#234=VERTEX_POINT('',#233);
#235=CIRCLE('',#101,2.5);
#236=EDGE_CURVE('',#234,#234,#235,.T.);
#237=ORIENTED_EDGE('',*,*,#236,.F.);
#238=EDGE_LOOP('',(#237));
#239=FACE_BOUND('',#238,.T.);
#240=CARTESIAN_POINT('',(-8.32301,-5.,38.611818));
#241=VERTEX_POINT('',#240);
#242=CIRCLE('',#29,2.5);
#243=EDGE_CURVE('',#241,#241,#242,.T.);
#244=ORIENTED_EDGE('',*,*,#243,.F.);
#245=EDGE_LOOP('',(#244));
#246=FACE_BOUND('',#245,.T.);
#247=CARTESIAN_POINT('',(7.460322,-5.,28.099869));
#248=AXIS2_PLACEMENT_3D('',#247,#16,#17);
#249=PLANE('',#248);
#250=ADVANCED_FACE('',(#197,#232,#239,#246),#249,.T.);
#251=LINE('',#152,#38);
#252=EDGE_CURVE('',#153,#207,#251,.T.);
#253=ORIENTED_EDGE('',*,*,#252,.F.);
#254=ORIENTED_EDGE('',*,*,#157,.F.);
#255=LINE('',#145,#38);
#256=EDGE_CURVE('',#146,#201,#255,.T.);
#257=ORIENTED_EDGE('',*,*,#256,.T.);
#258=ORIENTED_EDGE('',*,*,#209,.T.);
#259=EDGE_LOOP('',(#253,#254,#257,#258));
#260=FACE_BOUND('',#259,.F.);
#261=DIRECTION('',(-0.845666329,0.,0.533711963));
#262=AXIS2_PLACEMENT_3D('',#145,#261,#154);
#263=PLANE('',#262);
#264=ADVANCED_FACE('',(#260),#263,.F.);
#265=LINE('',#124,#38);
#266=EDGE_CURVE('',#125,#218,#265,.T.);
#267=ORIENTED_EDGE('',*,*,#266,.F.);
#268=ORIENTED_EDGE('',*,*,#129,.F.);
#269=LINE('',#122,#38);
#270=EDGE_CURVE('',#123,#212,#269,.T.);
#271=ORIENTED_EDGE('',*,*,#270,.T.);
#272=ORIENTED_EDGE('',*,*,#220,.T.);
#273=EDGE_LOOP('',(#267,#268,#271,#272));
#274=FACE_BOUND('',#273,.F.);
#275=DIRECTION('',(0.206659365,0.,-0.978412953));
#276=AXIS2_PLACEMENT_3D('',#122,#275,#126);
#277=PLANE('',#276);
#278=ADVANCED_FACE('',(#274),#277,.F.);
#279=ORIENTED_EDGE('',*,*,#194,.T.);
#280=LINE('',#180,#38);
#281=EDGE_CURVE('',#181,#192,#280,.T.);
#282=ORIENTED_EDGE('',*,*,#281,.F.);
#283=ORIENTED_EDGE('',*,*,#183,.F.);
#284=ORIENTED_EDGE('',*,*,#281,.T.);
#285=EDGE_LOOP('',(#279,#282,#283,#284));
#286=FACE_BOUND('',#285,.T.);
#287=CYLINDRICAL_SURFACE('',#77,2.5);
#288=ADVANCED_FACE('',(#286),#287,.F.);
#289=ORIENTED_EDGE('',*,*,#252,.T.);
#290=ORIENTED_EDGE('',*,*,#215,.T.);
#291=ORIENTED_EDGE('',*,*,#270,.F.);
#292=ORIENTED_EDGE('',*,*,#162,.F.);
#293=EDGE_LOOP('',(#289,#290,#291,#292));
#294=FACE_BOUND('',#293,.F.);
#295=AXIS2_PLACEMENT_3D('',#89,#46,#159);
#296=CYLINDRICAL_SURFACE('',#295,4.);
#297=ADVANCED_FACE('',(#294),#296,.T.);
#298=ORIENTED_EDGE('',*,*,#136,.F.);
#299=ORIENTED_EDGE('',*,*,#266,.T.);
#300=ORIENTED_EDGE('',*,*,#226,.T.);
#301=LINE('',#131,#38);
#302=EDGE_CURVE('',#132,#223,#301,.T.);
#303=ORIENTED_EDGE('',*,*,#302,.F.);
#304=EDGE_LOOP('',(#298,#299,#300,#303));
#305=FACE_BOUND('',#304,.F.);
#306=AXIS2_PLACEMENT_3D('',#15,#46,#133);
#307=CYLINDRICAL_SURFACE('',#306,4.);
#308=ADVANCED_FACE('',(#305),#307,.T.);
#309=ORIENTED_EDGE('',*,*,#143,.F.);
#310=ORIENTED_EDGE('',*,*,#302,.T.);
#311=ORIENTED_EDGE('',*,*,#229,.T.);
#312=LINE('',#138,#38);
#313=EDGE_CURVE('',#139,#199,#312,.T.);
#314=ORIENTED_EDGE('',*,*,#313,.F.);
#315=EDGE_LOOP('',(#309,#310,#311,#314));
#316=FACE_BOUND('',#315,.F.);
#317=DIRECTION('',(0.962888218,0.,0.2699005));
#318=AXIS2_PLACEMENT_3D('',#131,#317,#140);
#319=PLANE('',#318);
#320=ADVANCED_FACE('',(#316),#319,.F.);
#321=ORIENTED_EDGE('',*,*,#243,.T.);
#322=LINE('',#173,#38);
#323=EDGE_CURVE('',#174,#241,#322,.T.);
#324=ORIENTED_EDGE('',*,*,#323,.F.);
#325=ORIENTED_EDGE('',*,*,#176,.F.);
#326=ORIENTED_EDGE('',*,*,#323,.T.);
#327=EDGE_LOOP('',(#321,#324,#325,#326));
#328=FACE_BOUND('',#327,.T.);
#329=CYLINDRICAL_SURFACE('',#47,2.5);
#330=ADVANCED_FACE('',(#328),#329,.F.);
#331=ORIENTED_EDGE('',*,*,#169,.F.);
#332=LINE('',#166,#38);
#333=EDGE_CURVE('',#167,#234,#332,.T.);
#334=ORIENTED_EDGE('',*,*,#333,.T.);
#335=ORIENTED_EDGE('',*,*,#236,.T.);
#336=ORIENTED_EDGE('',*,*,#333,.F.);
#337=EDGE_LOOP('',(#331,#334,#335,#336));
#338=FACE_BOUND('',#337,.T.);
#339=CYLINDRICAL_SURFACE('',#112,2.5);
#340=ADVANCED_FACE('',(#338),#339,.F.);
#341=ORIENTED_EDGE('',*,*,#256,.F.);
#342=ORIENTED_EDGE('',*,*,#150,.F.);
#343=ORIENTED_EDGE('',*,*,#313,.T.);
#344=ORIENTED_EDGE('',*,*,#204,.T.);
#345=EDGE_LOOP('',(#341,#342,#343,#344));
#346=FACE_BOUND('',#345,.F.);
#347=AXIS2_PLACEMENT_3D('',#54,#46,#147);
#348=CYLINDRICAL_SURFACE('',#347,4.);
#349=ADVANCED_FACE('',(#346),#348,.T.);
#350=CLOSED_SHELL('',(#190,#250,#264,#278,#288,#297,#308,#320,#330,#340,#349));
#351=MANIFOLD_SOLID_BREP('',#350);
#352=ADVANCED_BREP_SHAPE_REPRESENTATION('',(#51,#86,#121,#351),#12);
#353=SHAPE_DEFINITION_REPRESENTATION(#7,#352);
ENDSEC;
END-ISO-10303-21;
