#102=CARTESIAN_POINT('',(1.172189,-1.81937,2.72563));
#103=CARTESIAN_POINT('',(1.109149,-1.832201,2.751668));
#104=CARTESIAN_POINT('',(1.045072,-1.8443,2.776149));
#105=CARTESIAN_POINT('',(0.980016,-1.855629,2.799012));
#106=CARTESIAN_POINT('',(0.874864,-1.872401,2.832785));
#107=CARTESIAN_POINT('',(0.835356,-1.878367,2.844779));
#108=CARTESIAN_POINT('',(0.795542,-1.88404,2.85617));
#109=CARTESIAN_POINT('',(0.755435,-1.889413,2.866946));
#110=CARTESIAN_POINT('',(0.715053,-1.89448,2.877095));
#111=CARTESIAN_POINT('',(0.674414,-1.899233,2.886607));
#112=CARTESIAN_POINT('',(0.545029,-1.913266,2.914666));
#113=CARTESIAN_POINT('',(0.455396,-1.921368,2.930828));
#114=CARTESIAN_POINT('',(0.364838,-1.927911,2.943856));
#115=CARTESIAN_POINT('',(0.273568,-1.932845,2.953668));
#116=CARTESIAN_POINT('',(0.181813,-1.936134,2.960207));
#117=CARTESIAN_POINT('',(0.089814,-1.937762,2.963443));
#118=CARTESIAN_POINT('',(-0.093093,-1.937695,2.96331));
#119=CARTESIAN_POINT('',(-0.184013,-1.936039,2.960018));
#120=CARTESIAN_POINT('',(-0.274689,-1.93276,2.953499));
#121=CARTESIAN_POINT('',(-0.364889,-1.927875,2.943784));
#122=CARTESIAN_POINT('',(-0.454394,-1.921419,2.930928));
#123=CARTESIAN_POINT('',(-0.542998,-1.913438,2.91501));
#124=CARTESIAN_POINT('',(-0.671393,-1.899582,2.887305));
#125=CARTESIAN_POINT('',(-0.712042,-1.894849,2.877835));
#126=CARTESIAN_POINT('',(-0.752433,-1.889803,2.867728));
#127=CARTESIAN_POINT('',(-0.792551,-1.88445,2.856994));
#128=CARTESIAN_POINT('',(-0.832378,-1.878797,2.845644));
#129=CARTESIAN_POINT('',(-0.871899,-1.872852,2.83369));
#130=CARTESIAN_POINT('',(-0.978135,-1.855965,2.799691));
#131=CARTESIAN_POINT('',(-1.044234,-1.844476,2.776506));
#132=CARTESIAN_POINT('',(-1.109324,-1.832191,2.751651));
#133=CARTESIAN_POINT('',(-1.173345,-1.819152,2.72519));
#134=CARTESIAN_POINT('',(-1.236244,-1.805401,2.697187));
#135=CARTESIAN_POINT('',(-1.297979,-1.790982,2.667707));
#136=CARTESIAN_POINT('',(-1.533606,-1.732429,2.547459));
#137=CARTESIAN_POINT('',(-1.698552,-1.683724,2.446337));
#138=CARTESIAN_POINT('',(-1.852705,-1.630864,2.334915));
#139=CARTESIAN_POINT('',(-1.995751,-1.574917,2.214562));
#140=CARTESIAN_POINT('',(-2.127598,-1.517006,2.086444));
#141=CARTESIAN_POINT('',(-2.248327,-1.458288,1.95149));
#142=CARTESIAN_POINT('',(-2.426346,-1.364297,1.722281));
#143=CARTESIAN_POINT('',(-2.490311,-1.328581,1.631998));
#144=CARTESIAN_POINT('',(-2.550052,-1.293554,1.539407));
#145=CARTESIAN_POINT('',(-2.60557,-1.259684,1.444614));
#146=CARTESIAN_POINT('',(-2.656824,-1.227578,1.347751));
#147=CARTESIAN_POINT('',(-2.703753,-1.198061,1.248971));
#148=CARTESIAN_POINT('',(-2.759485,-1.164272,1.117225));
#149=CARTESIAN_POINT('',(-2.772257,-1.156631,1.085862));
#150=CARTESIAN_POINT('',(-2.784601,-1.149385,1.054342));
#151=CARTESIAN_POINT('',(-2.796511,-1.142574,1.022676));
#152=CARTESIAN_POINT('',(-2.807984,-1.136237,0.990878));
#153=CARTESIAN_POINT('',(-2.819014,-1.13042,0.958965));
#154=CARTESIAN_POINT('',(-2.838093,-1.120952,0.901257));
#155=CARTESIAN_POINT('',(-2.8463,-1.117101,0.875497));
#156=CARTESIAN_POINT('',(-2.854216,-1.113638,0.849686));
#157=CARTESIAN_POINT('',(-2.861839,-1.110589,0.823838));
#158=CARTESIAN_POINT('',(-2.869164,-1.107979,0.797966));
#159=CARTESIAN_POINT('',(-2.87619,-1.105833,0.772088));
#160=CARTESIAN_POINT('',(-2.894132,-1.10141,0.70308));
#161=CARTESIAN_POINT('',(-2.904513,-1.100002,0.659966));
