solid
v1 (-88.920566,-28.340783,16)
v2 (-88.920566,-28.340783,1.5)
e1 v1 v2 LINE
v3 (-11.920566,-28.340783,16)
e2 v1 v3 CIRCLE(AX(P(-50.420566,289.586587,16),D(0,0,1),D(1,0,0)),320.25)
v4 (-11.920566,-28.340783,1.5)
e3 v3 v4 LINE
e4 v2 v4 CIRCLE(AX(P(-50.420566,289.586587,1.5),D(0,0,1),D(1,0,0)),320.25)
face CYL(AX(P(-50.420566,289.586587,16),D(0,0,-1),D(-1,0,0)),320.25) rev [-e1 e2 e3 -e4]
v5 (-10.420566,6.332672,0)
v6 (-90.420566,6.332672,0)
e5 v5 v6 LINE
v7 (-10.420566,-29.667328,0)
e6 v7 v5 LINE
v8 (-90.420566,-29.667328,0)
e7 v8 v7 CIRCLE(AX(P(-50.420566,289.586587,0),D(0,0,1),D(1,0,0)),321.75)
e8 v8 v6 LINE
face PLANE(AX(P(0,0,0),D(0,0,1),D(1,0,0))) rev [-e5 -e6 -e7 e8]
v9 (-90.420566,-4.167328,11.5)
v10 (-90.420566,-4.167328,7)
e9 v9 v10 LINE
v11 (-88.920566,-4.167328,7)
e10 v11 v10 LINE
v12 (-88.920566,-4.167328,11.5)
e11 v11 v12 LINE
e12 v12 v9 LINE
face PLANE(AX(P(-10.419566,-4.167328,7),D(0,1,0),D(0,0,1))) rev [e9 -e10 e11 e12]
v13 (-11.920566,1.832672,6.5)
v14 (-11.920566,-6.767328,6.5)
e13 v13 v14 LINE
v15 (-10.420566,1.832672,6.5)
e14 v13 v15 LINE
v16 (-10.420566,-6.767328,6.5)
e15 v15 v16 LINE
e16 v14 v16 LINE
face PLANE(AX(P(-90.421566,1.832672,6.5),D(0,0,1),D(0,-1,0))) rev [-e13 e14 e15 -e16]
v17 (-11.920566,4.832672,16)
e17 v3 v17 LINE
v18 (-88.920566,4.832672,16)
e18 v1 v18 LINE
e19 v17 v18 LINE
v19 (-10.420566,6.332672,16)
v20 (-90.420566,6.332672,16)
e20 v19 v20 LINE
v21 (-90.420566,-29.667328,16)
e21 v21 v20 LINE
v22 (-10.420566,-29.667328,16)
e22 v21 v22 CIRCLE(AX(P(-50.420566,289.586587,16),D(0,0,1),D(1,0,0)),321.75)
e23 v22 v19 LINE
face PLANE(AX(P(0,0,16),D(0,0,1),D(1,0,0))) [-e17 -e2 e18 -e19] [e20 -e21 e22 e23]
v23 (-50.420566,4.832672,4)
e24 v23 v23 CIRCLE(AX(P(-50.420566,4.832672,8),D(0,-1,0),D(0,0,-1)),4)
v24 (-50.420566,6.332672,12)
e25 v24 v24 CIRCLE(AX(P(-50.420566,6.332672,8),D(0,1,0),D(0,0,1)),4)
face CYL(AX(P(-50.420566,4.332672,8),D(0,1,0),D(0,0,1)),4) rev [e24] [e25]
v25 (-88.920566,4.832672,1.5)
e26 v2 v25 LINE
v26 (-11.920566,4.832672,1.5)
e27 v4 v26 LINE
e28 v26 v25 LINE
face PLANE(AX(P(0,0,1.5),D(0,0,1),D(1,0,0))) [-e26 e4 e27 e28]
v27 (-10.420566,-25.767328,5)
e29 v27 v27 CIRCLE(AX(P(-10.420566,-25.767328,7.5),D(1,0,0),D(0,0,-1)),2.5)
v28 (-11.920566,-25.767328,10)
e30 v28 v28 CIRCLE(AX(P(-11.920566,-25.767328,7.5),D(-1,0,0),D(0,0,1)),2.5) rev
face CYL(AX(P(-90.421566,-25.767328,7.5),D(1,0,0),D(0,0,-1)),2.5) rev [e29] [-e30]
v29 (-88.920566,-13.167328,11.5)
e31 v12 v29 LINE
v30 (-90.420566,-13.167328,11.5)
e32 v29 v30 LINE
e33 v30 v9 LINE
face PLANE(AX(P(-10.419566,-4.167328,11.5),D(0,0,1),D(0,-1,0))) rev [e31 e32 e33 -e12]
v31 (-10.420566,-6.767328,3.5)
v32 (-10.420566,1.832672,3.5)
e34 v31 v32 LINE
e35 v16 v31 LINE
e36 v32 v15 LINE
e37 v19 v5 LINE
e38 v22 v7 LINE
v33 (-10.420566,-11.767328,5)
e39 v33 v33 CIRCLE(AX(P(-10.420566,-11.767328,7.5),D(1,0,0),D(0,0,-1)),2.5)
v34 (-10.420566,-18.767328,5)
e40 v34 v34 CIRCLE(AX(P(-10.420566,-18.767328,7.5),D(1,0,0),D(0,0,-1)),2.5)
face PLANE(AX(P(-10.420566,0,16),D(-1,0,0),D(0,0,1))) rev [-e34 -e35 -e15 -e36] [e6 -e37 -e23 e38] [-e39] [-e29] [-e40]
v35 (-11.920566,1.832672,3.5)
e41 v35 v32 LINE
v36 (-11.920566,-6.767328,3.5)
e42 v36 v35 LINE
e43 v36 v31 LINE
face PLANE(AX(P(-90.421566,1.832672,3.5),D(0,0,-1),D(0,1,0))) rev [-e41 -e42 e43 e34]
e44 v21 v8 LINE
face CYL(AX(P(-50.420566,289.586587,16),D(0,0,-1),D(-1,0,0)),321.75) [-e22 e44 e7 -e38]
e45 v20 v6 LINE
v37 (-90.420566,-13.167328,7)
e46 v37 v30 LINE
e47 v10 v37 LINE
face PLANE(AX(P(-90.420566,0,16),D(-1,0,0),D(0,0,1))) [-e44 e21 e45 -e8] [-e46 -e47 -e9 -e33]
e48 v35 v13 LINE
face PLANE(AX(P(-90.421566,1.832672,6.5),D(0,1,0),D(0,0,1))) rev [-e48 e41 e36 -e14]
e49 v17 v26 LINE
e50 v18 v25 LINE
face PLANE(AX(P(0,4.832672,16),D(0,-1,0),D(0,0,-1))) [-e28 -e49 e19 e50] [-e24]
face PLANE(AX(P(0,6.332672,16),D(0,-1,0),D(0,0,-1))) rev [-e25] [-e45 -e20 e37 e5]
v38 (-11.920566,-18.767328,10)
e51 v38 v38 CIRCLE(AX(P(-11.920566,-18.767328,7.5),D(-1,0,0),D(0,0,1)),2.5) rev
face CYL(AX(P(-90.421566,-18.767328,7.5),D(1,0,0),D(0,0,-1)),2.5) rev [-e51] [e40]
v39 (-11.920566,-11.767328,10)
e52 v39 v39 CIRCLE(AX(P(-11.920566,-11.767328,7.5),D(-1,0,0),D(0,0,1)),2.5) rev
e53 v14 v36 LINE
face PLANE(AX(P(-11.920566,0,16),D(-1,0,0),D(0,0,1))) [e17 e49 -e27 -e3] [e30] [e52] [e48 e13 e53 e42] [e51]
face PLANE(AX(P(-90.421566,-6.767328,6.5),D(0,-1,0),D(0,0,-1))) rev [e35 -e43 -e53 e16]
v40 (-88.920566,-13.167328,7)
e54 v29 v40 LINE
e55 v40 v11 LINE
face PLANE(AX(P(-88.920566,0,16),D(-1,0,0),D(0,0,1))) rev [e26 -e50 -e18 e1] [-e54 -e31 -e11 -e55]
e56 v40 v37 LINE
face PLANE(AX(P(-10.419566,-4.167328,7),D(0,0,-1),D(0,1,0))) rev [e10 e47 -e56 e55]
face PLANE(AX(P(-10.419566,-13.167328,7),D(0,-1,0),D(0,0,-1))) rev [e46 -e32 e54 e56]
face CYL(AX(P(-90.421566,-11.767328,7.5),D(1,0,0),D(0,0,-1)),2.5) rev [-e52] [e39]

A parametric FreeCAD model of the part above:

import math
import FreeCAD as App
import Part
import Sketcher
from FreeCAD import Vector
Q = App.Units.Quantity


def faces_at(feature, points):
    """Names of the faces that lie closest to the given points."""
    faces = feature.Shape.Faces
    near = lambda p: min(range(len(faces)), key=lambda i: faces[i].distToShape(Part.Vertex(*p))[0])
    return sorted({f"Face{near(p) + 1}" for p in points})


def add_polygon(sketch, points):
    """Adds a closed chain of lines whose ends are joined by coincident constraints."""
    first, n = sketch.GeometryCount, len(points)
    for a, b in zip(points, points[1:] + points[:1]):
        sketch.addGeometry(Part.LineSegment(App.Vector(*a, 0), App.Vector(*b, 0)), False)
    for i in range(n):
        sketch.addConstraint(Sketcher.Constraint("Coincident", first + i, 2, first + (i + 1) % n, 1))

doc = App.newDocument("Part")
body = doc.addObject("PartDesign::Body", "Body")

sketch1 = doc.addObject("Sketcher::SketchObject", "Sketch")
body.addObject(sketch1)
sketch1.AttachmentSupport = (doc.XY_Plane, [""])
sketch1.MapMode = "FlatFace"
sketch1.addGeometry([
    Part.LineSegment(Vector(-90, 6, 0), Vector(-90, -30, 0)),
    Part.ArcOfCircle(Part.Circle(Vector(-50, 290, 0), Vector(0, 0, 1), 322), math.radians(-97.14), math.radians(-82.86)),
    Part.LineSegment(Vector(-10, -30, 0), Vector(-10, 6, 0)),
    Part.LineSegment(Vector(-10, 6, 0), Vector(-90, 6, 0)),
], False)
sketch1.addConstraint([
    Sketcher.Constraint("Coincident", 0, 2, 1, 1),
    Sketcher.Constraint("Coincident", 1, 2, 2, 1),
    Sketcher.Constraint("Coincident", 2, 2, 3, 1),
    Sketcher.Constraint("Coincident", 3, 2, 0, 1),
    Sketcher.Constraint("Vertical", 0),
    Sketcher.Constraint("Vertical", 2),
    Sketcher.Constraint("Horizontal", 3),
    Sketcher.Constraint("Horizontal", 0, 2, 1, 2),
    Sketcher.Constraint("DistanceX", 3, 2, 3, 1, Q("80 mm")),
    Sketcher.Constraint("DistanceY", 0, 2, 0, 1, Q("36 mm")),
    Sketcher.Constraint("Radius", 1, Q("321.75 mm")),
    Sketcher.Constraint("DistanceY", 0, 2, -1, 1, Q("29.667328 mm")),
    Sketcher.Constraint("DistanceX", 1, 3, -1, 1, Q("50.420566 mm")),
])
pad1 = doc.addObject("PartDesign::Pad", "Pad")
body.addObject(pad1)
pad1.Profile = sketch1
pad1.Length = 16
doc.recompute()

thickness = doc.addObject("PartDesign::Thickness", "Thickness")
body.addObject(thickness)
thickness.Base = (pad1, faces_at(pad1, [(-50.421, -12.915, 16)]))
thickness.Value = 1.5
thickness.Reversed = True
thickness.Join = "Intersection"

sketch2 = doc.addObject("Sketcher::SketchObject", "Sketch001")
body.addObject(sketch2)
sketch2.AttachmentSupport = (doc.YZ_Plane, [""])
sketch2.MapMode = "FlatFace"
sketch2.AttachmentOffset = App.Placement(Vector(0, 0, -90.420566), App.Rotation())
add_polygon(sketch2, [(-4.2, 7), (-13.2, 7), (-13.2, 11.5), (-4.2, 11.5)])
sketch2.addConstraint([
    Sketcher.Constraint("Horizontal", 0),
    Sketcher.Constraint("Vertical", 1),
    Sketcher.Constraint("Horizontal", 2),
    Sketcher.Constraint("Vertical", 3),
    Sketcher.Constraint("DistanceX", 0, 2, 0, 1, Q("9 mm")),
    Sketcher.Constraint("DistanceY", 1, 1, 1, 2, Q("4.5 mm")),
    Sketcher.Constraint("DistanceY", -1, 1, 0, 2, Q("7 mm")),
    Sketcher.Constraint("DistanceX", 0, 2, -1, 1, Q("13.167328 mm")),
])
pocket1 = doc.addObject("PartDesign::Pocket", "Pocket")
body.addObject(pocket1)
pocket1.Profile = sketch2
pocket1.Type = "UpToFirst"
pocket1.Reversed = True

sketch3 = doc.addObject("Sketcher::SketchObject", "Sketch002")
body.addObject(sketch3)
sketch3.AttachmentSupport = (doc.YZ_Plane, [""])
sketch3.MapMode = "FlatFace"
sketch3.AttachmentOffset = App.Placement(Vector(0, 0, -10.420566), App.Rotation())
sketch3.addGeometry(Part.Circle(Vector(-11.8, 7.5, 0), Vector(0, 0, 1), 2.5), False)
sketch3.addConstraint([
    Sketcher.Constraint("Diameter", 0, Q("5 mm")),
    Sketcher.Constraint("DistanceY", -1, 1, 0, 3, Q("7.5 mm")),
    Sketcher.Constraint("DistanceX", 0, 3, -1, 1, Q("11.767328 mm")),
])
pocket2 = doc.addObject("PartDesign::Pocket", "Pocket001")
body.addObject(pocket2)
pocket2.Profile = sketch3
pocket2.Type = "UpToFirst"

sketch4 = doc.addObject("Sketcher::SketchObject", "Sketch003")
body.addObject(sketch4)
sketch4.AttachmentSupport = (doc.YZ_Plane, [""])
sketch4.MapMode = "FlatFace"
sketch4.AttachmentOffset = App.Placement(Vector(0, 0, -10.420566), App.Rotation())
sketch4.addGeometry(Part.Circle(Vector(-18.8, 7.5, 0), Vector(0, 0, 1), 2.5), False)
sketch4.addConstraint([
    Sketcher.Constraint("Diameter", 0, Q("5 mm")),
    Sketcher.Constraint("DistanceY", -1, 1, 0, 3, Q("7.5 mm")),
    Sketcher.Constraint("DistanceX", 0, 3, -1, 1, Q("18.767328 mm")),
])
pocket3 = doc.addObject("PartDesign::Pocket", "Pocket002")
body.addObject(pocket3)
pocket3.Profile = sketch4
pocket3.Type = "UpToFirst"

sketch5 = doc.addObject("Sketcher::SketchObject", "Sketch004")
body.addObject(sketch5)
sketch5.AttachmentSupport = (doc.YZ_Plane, [""])
sketch5.MapMode = "FlatFace"
sketch5.AttachmentOffset = App.Placement(Vector(0, 0, -10.420566), App.Rotation())
sketch5.addGeometry(Part.Circle(Vector(-25.8, 7.5, 0), Vector(0, 0, 1), 2.5), False)
sketch5.addConstraint([
    Sketcher.Constraint("Diameter", 0, Q("5 mm")),
    Sketcher.Constraint("DistanceY", -1, 1, 0, 3, Q("7.5 mm")),
    Sketcher.Constraint("DistanceX", 0, 3, -1, 1, Q("25.767328 mm")),
])
pocket4 = doc.addObject("PartDesign::Pocket", "Pocket003")
body.addObject(pocket4)
pocket4.Profile = sketch5
pocket4.Type = "UpToFirst"

sketch6 = doc.addObject("Sketcher::SketchObject", "Sketch005")
body.addObject(sketch6)
sketch6.AttachmentSupport = (doc.YZ_Plane, [""])
sketch6.MapMode = "FlatFace"
sketch6.AttachmentOffset = App.Placement(Vector(0, 0, -10.420566), App.Rotation())
add_polygon(sketch6, [(1.8, 6.5), (-6.8, 6.5), (-6.8, 3.5), (1.8, 3.5)])
sketch6.addConstraint([
    Sketcher.Constraint("Horizontal", 0),
    Sketcher.Constraint("Vertical", 1),
    Sketcher.Constraint("Horizontal", 2),
    Sketcher.Constraint("Vertical", 3),
    Sketcher.Constraint("DistanceY", 1, 2, 1, 1, Q("3 mm")),
    Sketcher.Constraint("DistanceX", 0, 2, 0, 1, Q("8.6 mm")),
    Sketcher.Constraint("DistanceY", -1, 1, 0, 2, Q("6.5 mm")),
    Sketcher.Constraint("DistanceX", 0, 2, -1, 1, Q("6.767328 mm")),
])
pocket5 = doc.addObject("PartDesign::Pocket", "Pocket004")
body.addObject(pocket5)
pocket5.Profile = sketch6
pocket5.Type = "UpToFirst"

sketch7 = doc.addObject("Sketcher::SketchObject", "Sketch006")
body.addObject(sketch7)
sketch7.AttachmentSupport = (doc.XZ_Plane, [""])
sketch7.MapMode = "FlatFace"
sketch7.AttachmentOffset = App.Placement(Vector(0, 0, -6.332672), App.Rotation())
sketch7.addGeometry(Part.Circle(Vector(-50.4, 8, 0), Vector(0, 0, 1), 4), False)
sketch7.addConstraint([
    Sketcher.Constraint("Diameter", 0, Q("8 mm")),
    Sketcher.Constraint("DistanceY", -1, 1, 0, 3, Q("8 mm")),
    Sketcher.Constraint("DistanceX", 0, 3, -1, 1, Q("50.420566 mm")),
])
pocket6 = doc.addObject("PartDesign::Pocket", "Pocket005")
body.addObject(pocket6)
pocket6.Profile = sketch7
pocket6.Length = 2
pocket6.Reversed = True

doc.recompute()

ABOUT THIS TASK:
Once you find the line with "#349=ADVANCED_FACE('',(#346),#348,.T.);" above, print it and every line after it up to and including the line with "#104=CARTESIAN_POINT('',(1.045072,-1.8443,2.776149));", exactly as written and nothing else.

RESULT OF THIS TASK:
#349=ADVANCED_FACE('',(#346),#348,.T.);
#350=CLOSED_SHELL('',(#190,#250,#264,#278,#288,#297,#308,#320,#330,#340,#349));
#351=MANIFOLD_SOLID_BREP('',#350);
#352=ADVANCED_BREP_SHAPE_REPRESENTATION('',(#51,#86,#121,#351),#12);
#353=SHAPE_DEFINITION_REPRESENTATION(#7,#352);
ENDSEC;
END-ISO-10303-21;
#102=CARTESIAN_POINT('',(1.172189,-1.81937,2.72563));
#103=CARTESIAN_POINT('',(1.109149,-1.832201,2.751668));
#104=CARTESIAN_POINT('',(1.045072,-1.8443,2.776149));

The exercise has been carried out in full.